Directions. Look in the material below for the line holding "# Sketch1 → Boss-Extrude1 (new body)". Set it down exactly, with each later line up to and including the line holding "knots=[0, 0, 0, 0, 0.467198678, 1, 1, 1, 1], degree=3))".

Data shown.
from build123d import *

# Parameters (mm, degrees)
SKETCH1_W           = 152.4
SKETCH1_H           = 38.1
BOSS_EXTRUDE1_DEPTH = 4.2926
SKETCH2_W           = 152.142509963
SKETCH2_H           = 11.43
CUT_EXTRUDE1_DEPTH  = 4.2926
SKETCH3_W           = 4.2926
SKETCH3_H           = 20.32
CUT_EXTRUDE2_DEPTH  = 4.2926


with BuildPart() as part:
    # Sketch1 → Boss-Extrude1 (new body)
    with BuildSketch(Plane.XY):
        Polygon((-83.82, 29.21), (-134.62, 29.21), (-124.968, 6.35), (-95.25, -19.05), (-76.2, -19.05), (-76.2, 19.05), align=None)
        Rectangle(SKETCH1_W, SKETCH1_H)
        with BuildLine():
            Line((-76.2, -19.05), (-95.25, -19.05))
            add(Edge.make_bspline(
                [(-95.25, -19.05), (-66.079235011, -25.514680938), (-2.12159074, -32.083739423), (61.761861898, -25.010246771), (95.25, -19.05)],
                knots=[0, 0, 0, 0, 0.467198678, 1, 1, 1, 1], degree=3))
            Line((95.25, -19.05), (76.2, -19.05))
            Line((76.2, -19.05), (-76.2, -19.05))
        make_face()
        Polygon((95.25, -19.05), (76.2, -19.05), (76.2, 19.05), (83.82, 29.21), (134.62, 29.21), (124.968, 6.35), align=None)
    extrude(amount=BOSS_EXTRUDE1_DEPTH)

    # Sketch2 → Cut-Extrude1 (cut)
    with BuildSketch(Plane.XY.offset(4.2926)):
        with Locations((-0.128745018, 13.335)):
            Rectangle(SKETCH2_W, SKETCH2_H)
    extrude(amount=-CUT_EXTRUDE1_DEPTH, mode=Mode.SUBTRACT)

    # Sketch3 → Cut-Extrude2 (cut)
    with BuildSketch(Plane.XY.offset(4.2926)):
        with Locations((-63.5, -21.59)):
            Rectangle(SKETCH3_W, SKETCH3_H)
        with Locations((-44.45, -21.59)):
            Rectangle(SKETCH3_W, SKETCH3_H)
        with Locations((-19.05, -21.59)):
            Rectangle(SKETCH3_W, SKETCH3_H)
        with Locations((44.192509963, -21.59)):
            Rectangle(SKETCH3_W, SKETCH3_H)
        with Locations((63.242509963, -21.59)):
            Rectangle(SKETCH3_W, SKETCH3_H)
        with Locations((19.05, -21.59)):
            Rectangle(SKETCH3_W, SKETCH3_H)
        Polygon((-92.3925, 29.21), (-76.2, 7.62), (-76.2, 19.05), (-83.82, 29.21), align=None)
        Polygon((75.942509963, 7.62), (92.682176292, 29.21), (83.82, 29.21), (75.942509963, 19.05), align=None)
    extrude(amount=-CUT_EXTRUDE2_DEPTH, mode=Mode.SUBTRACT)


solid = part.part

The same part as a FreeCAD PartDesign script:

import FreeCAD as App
import Part
import Sketcher

V = App.Vector
Q = App.Units.Quantity

doc = App.newDocument("Part")
body = doc.addObject("PartDesign::Body", "Body")

# Sketch on XY plane
sketch1 = doc.addObject("Sketcher::SketchObject", "Sketch")
body.addObject(sketch1)
sketch1.AttachmentSupport = (doc.XY_Plane, [""])
sketch1.MapMode = "FlatFace"
sketch1.addGeometry([
    Part.LineSegment(V(-83.82, 29.21, 0), V(-134.62, 29.21, 0)),  # 0
    Part.LineSegment(V(-134.62, 29.21, 0), V(-124.968, 6.35, 0)),  # 1
    Part.LineSegment(V(-124.968, 6.35, 0), V(-95.25, -19.05, 0)),  # 2
    Part.BSplineCurve([V(-95.25, -19.05, 0), V(-66.079235, -25.514681, 0), V(-2.121591, -32.083739, 0), V(61.761862, -25.010247, 0), V(95.25, -19.05, 0)], [4, 1, 4], [0, 0.467198678, 1], False, 3, [1, 1, 1, 1, 1], False),  # 3
    Part.LineSegment(V(95.25, -19.05, 0), V(124.968, 6.35, 0)),  # 4
    Part.LineSegment(V(124.968, 6.35, 0), V(134.62, 29.21, 0)),  # 5
    Part.LineSegment(V(134.62, 29.21, 0), V(83.82, 29.21, 0)),  # 6
    Part.LineSegment(V(83.82, 29.21, 0), V(76.2, 19.05, 0)),  # 7
    Part.LineSegment(V(76.2, 19.05, 0), V(-76.2, 19.05, 0)),  # 8
    Part.LineSegment(V(-76.2, 19.05, 0), V(-83.82, 29.21, 0)),  # 9
], False)
sketch1.addConstraint([
    Sketcher.Constraint("Block", 3),
    Sketcher.Constraint("Coincident", 0, 2, 1, 1),
    Sketcher.Constraint("Coincident", 1, 2, 2, 1),
    Sketcher.Constraint("Coincident", 2, 2, 3, 1),
    Sketcher.Constraint("Coincident", 3, 2, 4, 1),
    Sketcher.Constraint("Coincident", 4, 2, 5, 1),
    Sketcher.Constraint("Coincident", 5, 2, 6, 1),
    Sketcher.Constraint("Coincident", 6, 2, 7, 1),
    Sketcher.Constraint("Coincident", 7, 2, 8, 1),
    Sketcher.Constraint("Coincident", 8, 2, 9, 1),
    Sketcher.Constraint("Coincident", 9, 2, 0, 1),
    Sketcher.Constraint("Horizontal", 0),
    Sketcher.Constraint("Horizontal", 6),
    Sketcher.Constraint("Horizontal", 8),
    Sketcher.Constraint("Symmetric", 1, 2, 4, 2, -2),
    Sketcher.Constraint("Symmetric", 0, 2, 5, 2, -2),
    Sketcher.Constraint("Equal", 0, 6),
    Sketcher.Constraint("Equal", 7, 9),
    Sketcher.Constraint("DistanceX", 0, 2, 0, 1, Q("2 in")),
    Sketcher.Constraint("DistanceX", 8, 2, 8, 1, Q("6 in")),
    Sketcher.Constraint("DistanceY", 2, 2, 1, 2, Q("1 in")),
    Sketcher.Constraint("Distance", 7, Q("0.5 in")),
    Sketcher.Constraint("DistanceX", 0, 2, -1, 1, Q("5.3 in")),
    Sketcher.Constraint("DistanceY", 1, 2, 0, 2, Q("0.9 in")),
    Sketcher.Constraint("DistanceX", 1, 2, -1, 1, Q("4.92 in")),
])
pad1 = doc.addObject("PartDesign::Pad", "Pad")
body.addObject(pad1)
pad1.Profile = sketch1
pad1.Length = Q("0.169 in")

# Sketch on XY plane
sketch2 = doc.addObject("Sketcher::SketchObject", "Sketch001")
body.addObject(sketch2)
sketch2.AttachmentSupport = (doc.XY_Plane, [""])
sketch2.MapMode = "FlatFace"
sketch2.AttachmentOffset = App.Placement(V(0, 0, 0.169 * 25.4), App.Rotation())
sketch2.addGeometry([
    Part.LineSegment(V(-76.2, 19.05, 0), V(-76.2, 7.62, 0)),
    Part.LineSegment(V(-76.2, 7.62, 0), V(75.94251, 7.62, 0)),
    Part.LineSegment(V(75.94251, 7.62, 0), V(75.94251, 19.05, 0)),
    Part.LineSegment(V(75.94251, 19.05, 0), V(-76.2, 19.05, 0)),
], False)
sketch2.addConstraint([
    Sketcher.Constraint("Coincident", 0, 2, 1, 1),
    Sketcher.Constraint("Coincident", 1, 2, 2, 1),
    Sketcher.Constraint("Coincident", 2, 2, 3, 1),
    Sketcher.Constraint("Coincident", 3, 2, 0, 1),
    Sketcher.Constraint("Vertical", 0),
    Sketcher.Constraint("Horizontal", 1),
    Sketcher.Constraint("Vertical", 2),
    Sketcher.Constraint("Horizontal", 3),
    Sketcher.Constraint("DistanceX", 0, 2, -1, 1, Q("3 in")),
    Sketcher.Constraint("DistanceY", 0, 2, 0, 1, Q("0.45 in")),
    Sketcher.Constraint("DistanceY", -1, 1, 0, 2, Q("0.3 in")),
    Sketcher.Constraint("DistanceX", 1, 1, 1, 2, Q("152.14251 mm")),
])
pocket1 = doc.addObject("PartDesign::Pocket", "Pocket")
body.addObject(pocket1)
pocket1.Profile = sketch2
pocket1.Length = Q("0.169 in")

# Sketch on XY plane
sketch3 = doc.addObject("Sketcher::SketchObject", "Sketch002")
body.addObject(sketch3)
sketch3.AttachmentSupport = (doc.XY_Plane, [""])
sketch3.MapMode = "FlatFace"
sketch3.AttachmentOffset = App.Placement(V(0, 0, 0.169 * 25.4), App.Rotation())
sketch3.addGeometry([
    Part.LineSegment(V(-65.6463, -11.43, 0), V(-65.6463, -31.75, 0)),  # 0
    Part.LineSegment(V(-65.6463, -31.75, 0), V(-61.3537, -31.75, 0)),  # 1
    Part.LineSegment(V(-61.3537, -31.75, 0), V(-61.3537, -11.43, 0)),  # 2
    Part.LineSegment(V(-61.3537, -11.43, 0), V(-65.6463, -11.43, 0)),  # 3
    Part.LineSegment(V(-46.5963, -11.43, 0), V(-46.5963, -31.75, 0)),  # 4
    Part.LineSegment(V(-46.5963, -31.75, 0), V(-42.3037, -31.75, 0)),  # 5
    Part.LineSegment(V(-42.3037, -31.75, 0), V(-42.3037, -11.43, 0)),  # 6
    Part.LineSegment(V(-42.3037, -11.43, 0), V(-46.5963, -11.43, 0)),  # 7
    Part.LineSegment(V(-21.1963, -11.43, 0), V(-21.1963, -31.75, 0)),  # 8
    Part.LineSegment(V(-21.1963, -31.75, 0), V(-16.9037, -31.75, 0)),  # 9
    Part.LineSegment(V(-16.9037, -31.75, 0), V(-16.9037, -11.43, 0)),  # 10
    Part.LineSegment(V(-16.9037, -11.43, 0), V(-21.1963, -11.43, 0)),  # 11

Final answer.
    # Sketch1 → Boss-Extrude1 (new body)
    with BuildSketch(Plane.XY):
        Polygon((-83.82, 29.21), (-134.62, 29.21), (-124.968, 6.35), (-95.25, -19.05), (-76.2, -19.05), (-76.2, 19.05), align=None)
        Rectangle(SKETCH1_W, SKETCH1_H)
        with BuildLine():
            Line((-76.2, -19.05), (-95.25, -19.05))
            add(Edge.make_bspline(
                [(-95.25, -19.05), (-66.079235011, -25.514680938), (-2.12159074, -32.083739423), (61.761861898, -25.010246771), (95.25, -19.05)],
                knots=[0, 0, 0, 0, 0.467198678, 1, 1, 1, 1], degree=3))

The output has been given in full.